在上个月的专栏中,我开始谈论我在上世纪90年代后半期的中国之行。当时我在吉文斯国际公司为苏茜·吉文斯工作,一个主要的潜在客户要求我前往中国西部地区签署合同——一份价值约200万美元的钻杆合同。这是第二部分:到达那里。

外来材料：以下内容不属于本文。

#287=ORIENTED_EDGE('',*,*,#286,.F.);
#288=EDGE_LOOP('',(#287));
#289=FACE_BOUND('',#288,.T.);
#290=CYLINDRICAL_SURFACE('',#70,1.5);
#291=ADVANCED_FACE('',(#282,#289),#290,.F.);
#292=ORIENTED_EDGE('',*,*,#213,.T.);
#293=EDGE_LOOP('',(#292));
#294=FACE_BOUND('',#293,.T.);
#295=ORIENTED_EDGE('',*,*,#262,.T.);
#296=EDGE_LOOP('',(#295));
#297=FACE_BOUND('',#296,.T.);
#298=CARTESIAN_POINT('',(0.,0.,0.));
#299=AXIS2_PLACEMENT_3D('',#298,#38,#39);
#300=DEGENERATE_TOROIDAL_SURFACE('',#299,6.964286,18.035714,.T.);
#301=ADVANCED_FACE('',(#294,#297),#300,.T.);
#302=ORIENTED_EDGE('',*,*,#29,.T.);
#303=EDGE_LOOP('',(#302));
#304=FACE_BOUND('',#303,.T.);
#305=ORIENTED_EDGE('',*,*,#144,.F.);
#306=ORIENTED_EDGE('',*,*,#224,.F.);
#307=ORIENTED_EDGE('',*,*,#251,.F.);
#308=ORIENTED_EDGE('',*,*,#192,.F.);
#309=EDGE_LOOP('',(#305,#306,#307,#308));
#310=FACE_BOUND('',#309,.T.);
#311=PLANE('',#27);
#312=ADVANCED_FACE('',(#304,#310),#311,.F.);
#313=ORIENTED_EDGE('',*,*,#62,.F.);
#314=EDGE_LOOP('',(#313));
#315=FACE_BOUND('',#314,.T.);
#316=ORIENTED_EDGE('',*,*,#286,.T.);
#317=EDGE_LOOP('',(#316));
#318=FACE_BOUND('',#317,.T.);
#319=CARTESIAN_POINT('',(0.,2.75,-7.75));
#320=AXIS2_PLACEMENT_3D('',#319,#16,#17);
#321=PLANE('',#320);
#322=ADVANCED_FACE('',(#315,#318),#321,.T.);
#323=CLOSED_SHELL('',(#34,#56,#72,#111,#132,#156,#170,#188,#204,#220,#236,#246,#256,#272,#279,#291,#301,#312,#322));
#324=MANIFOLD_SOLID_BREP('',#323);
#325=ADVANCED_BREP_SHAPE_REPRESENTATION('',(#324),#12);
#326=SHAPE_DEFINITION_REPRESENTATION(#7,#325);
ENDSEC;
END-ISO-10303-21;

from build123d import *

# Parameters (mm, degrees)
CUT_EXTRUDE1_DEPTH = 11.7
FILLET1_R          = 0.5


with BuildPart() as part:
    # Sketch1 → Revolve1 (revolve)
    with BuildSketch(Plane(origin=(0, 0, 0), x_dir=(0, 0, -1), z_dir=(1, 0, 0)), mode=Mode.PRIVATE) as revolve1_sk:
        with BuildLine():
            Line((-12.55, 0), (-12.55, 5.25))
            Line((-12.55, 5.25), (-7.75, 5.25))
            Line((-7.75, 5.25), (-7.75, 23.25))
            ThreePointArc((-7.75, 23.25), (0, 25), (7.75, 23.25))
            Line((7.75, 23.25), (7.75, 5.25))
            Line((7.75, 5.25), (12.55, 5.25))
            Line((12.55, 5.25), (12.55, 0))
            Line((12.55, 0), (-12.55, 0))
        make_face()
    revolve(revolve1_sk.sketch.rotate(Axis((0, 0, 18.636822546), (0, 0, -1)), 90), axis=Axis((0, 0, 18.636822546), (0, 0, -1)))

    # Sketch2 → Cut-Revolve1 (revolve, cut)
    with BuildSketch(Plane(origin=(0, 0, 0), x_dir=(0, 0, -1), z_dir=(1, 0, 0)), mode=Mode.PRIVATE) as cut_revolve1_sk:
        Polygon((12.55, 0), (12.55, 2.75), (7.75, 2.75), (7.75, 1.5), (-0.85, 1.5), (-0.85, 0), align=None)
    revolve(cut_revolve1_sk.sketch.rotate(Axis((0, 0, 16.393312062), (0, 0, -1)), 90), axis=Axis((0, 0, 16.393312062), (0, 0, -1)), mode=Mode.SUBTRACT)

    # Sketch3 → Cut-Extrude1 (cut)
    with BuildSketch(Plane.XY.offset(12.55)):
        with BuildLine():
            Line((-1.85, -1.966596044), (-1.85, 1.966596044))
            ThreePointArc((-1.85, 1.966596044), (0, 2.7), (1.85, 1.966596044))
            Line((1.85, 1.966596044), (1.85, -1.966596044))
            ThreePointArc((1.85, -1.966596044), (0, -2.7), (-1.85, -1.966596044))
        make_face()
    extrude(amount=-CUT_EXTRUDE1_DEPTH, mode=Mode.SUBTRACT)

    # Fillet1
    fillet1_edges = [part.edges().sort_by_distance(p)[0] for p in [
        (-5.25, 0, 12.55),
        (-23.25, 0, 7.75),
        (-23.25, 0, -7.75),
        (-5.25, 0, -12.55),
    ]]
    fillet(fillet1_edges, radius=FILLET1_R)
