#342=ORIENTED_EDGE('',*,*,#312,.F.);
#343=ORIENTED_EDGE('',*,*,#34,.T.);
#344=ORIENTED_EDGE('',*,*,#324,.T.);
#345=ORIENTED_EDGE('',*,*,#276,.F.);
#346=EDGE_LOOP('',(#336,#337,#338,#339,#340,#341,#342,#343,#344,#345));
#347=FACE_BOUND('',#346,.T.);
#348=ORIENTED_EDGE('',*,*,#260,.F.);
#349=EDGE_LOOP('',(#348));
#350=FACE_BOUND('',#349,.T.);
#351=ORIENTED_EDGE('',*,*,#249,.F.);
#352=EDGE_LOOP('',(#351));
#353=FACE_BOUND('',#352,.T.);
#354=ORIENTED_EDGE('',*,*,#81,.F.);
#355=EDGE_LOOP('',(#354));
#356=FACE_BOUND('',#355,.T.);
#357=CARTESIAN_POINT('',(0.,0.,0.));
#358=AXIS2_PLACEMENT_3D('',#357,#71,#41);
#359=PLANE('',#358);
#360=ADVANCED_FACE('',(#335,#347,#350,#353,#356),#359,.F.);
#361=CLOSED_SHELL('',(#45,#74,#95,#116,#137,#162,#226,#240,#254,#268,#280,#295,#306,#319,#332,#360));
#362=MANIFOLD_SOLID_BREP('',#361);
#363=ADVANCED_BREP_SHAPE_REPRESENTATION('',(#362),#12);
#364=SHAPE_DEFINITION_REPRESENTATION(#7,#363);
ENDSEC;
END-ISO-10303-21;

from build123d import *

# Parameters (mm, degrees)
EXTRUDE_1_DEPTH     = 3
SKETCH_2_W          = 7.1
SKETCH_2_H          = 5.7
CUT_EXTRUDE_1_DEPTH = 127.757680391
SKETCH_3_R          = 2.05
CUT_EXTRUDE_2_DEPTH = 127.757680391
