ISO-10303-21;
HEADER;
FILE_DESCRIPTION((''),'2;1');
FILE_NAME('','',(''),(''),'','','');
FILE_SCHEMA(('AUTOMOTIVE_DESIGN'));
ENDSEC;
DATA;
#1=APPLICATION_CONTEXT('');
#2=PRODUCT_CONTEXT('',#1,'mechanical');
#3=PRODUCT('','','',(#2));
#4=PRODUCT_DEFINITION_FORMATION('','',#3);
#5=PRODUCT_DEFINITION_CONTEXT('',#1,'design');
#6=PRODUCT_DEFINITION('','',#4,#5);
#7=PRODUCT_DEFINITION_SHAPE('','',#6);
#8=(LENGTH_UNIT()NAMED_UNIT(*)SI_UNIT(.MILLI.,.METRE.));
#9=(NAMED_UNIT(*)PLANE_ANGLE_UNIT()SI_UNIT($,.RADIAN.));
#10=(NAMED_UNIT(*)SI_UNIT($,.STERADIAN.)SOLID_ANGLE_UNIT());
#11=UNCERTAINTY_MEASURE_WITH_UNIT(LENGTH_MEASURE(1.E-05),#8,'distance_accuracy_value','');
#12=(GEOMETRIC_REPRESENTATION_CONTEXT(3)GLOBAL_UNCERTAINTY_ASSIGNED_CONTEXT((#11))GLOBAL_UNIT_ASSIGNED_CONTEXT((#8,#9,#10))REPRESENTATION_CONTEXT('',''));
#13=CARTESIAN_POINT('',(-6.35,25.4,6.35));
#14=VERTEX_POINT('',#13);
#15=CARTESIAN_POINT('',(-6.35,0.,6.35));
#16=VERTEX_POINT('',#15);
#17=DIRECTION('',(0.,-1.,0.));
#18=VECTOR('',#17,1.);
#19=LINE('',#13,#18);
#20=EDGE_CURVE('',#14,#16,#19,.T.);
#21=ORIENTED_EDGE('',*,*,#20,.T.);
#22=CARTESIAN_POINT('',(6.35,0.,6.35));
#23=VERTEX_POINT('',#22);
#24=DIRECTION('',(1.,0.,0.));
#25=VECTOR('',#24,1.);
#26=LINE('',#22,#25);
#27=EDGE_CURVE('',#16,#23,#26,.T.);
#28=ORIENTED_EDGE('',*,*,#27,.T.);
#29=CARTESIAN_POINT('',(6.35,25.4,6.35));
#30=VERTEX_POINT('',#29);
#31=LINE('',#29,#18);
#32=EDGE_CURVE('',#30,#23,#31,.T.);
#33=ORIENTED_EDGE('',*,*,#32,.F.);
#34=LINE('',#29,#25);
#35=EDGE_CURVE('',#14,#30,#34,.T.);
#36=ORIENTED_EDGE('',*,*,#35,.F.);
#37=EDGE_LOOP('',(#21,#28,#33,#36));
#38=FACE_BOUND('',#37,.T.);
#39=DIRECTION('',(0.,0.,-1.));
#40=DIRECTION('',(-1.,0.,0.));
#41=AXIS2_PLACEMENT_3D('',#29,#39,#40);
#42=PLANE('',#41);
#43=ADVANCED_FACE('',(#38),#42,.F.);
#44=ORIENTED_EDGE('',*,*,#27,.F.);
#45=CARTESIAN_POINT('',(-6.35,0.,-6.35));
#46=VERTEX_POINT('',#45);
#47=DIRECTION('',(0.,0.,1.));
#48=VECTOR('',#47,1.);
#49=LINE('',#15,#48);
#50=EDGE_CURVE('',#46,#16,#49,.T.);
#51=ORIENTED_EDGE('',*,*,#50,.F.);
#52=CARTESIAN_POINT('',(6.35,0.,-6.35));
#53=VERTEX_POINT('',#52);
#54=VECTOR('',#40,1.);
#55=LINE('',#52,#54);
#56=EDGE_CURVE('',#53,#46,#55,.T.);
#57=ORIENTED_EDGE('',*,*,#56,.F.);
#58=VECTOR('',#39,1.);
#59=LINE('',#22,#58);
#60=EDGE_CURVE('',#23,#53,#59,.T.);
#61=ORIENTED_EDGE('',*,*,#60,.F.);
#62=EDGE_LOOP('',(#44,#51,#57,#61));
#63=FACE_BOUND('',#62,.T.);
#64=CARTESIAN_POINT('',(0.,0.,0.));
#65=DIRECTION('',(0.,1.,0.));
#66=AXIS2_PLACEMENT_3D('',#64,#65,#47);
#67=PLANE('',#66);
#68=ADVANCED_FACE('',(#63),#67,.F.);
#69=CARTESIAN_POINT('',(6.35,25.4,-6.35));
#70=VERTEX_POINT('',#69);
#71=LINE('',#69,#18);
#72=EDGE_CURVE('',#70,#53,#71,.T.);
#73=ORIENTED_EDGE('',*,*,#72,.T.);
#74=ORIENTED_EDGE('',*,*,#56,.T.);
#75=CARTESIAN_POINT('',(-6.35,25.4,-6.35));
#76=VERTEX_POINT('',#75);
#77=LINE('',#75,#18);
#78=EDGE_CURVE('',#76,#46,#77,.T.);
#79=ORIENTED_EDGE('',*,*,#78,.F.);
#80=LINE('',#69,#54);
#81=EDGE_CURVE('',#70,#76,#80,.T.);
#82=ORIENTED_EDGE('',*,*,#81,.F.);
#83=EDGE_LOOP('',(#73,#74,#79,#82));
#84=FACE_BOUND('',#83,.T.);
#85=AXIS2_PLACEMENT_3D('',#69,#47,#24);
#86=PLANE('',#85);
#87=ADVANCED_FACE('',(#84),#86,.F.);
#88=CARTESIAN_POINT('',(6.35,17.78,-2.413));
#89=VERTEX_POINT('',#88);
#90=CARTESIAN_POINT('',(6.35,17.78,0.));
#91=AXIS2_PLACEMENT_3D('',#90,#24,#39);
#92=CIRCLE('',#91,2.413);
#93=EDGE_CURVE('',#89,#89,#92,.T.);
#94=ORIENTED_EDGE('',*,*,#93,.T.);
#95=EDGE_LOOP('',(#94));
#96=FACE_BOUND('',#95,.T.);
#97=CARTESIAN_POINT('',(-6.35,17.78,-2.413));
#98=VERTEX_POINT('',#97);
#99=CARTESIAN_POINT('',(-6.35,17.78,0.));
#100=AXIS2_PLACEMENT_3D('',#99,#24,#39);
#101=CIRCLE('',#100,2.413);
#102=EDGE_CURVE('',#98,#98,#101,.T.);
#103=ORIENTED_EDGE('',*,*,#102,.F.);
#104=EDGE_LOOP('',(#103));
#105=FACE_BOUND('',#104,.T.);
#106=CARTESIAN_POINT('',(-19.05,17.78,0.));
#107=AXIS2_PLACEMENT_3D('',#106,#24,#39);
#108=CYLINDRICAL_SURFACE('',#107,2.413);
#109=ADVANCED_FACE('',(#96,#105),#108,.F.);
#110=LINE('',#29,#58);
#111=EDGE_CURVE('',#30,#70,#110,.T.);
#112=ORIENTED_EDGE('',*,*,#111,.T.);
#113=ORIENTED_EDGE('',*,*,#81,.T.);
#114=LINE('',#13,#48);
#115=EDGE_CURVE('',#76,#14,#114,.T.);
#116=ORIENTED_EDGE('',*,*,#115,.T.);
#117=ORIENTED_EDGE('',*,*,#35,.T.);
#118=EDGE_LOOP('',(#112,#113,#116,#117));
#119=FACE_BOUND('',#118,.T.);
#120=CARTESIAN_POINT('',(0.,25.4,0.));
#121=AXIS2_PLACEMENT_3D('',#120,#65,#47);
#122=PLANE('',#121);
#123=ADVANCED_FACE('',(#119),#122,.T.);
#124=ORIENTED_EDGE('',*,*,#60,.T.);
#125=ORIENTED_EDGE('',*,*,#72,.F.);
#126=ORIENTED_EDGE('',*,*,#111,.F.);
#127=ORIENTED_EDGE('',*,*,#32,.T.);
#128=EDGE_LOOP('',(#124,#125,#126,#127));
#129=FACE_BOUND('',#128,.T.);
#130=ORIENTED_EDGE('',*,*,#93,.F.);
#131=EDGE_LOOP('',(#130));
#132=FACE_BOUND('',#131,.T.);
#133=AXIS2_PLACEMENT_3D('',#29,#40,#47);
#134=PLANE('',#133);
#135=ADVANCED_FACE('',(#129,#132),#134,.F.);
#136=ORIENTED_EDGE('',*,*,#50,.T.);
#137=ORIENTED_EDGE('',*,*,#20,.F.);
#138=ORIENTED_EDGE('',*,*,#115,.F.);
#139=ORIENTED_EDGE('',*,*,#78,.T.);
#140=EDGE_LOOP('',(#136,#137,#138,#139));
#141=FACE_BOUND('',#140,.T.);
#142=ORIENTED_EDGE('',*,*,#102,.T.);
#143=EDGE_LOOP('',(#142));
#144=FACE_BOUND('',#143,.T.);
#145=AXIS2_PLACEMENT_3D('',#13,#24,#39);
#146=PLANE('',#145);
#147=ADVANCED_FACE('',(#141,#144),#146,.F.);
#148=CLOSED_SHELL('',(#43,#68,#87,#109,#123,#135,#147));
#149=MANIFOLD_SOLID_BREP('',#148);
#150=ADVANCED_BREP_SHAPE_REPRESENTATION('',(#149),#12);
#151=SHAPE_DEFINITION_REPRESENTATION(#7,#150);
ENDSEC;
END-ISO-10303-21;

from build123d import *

# Parameters (mm, degrees)
CROQUIS1_W              = 12.7
CROQUIS1_H              = 12.7
SALIENTE_EXTRUIR1_DEPTH = 25.4
CROQUIS2_R              = 2.413
CORTAR_EXTRUIR1_DEPTH   = 25.4


with BuildPart() as part:
    # Croquis1 → Saliente-Extruir1 (new body)
    with BuildSketch(Plane(origin=(0, 0, 0), x_dir=(1, 0, 0), z_dir=(0, 1, 0))):
        Rectangle(CROQUIS1_W, CROQUIS1_H)
    extrude(amount=SALIENTE_EXTRUIR1_DEPTH)

    # Croquis2 → Cortar-Extruir1 (cut)
    with BuildSketch(Plane(origin=(6.35, 0, 0), x_dir=(0, 0, -1), z_dir=(1, 0, 0))):
        with Locations((0, 17.78)):
            Circle(CROQUIS2_R)
    extrude(amount=-CORTAR_EXTRUIR1_DEPTH, mode=Mode.SUBTRACT)


solid = part.part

我们在杜勒斯国际机场的台阶上离开了。我走到英国航空公司柜台办理登机手续。作为一名“经济舱”乘客,我发现乘坐商务舱令人印象深刻:座位更大、更舒适;个人观影屏幕;还有我的脚穿的拖鞋。抵达伦敦后,我在英国航空公司的休息室里洗了个澡,为接下来漫长的一天做了准备。我换了飞机,起飞去北京。这一次,我发现自己回到了车厢里,我的感冒越来越严重。

一到北京,我就设法找到了转机去乌鲁木齐的售票处。他们告诉我,我需要一张“机场通行证”,并指给我去哪里办一张。两扇窗户开着。在美国,我们有两条线。但在那里,一群半圆形的人挤在周围拿通行证。我挡着篱笆走到窗口,拿到通行证,然后前往航站楼登机。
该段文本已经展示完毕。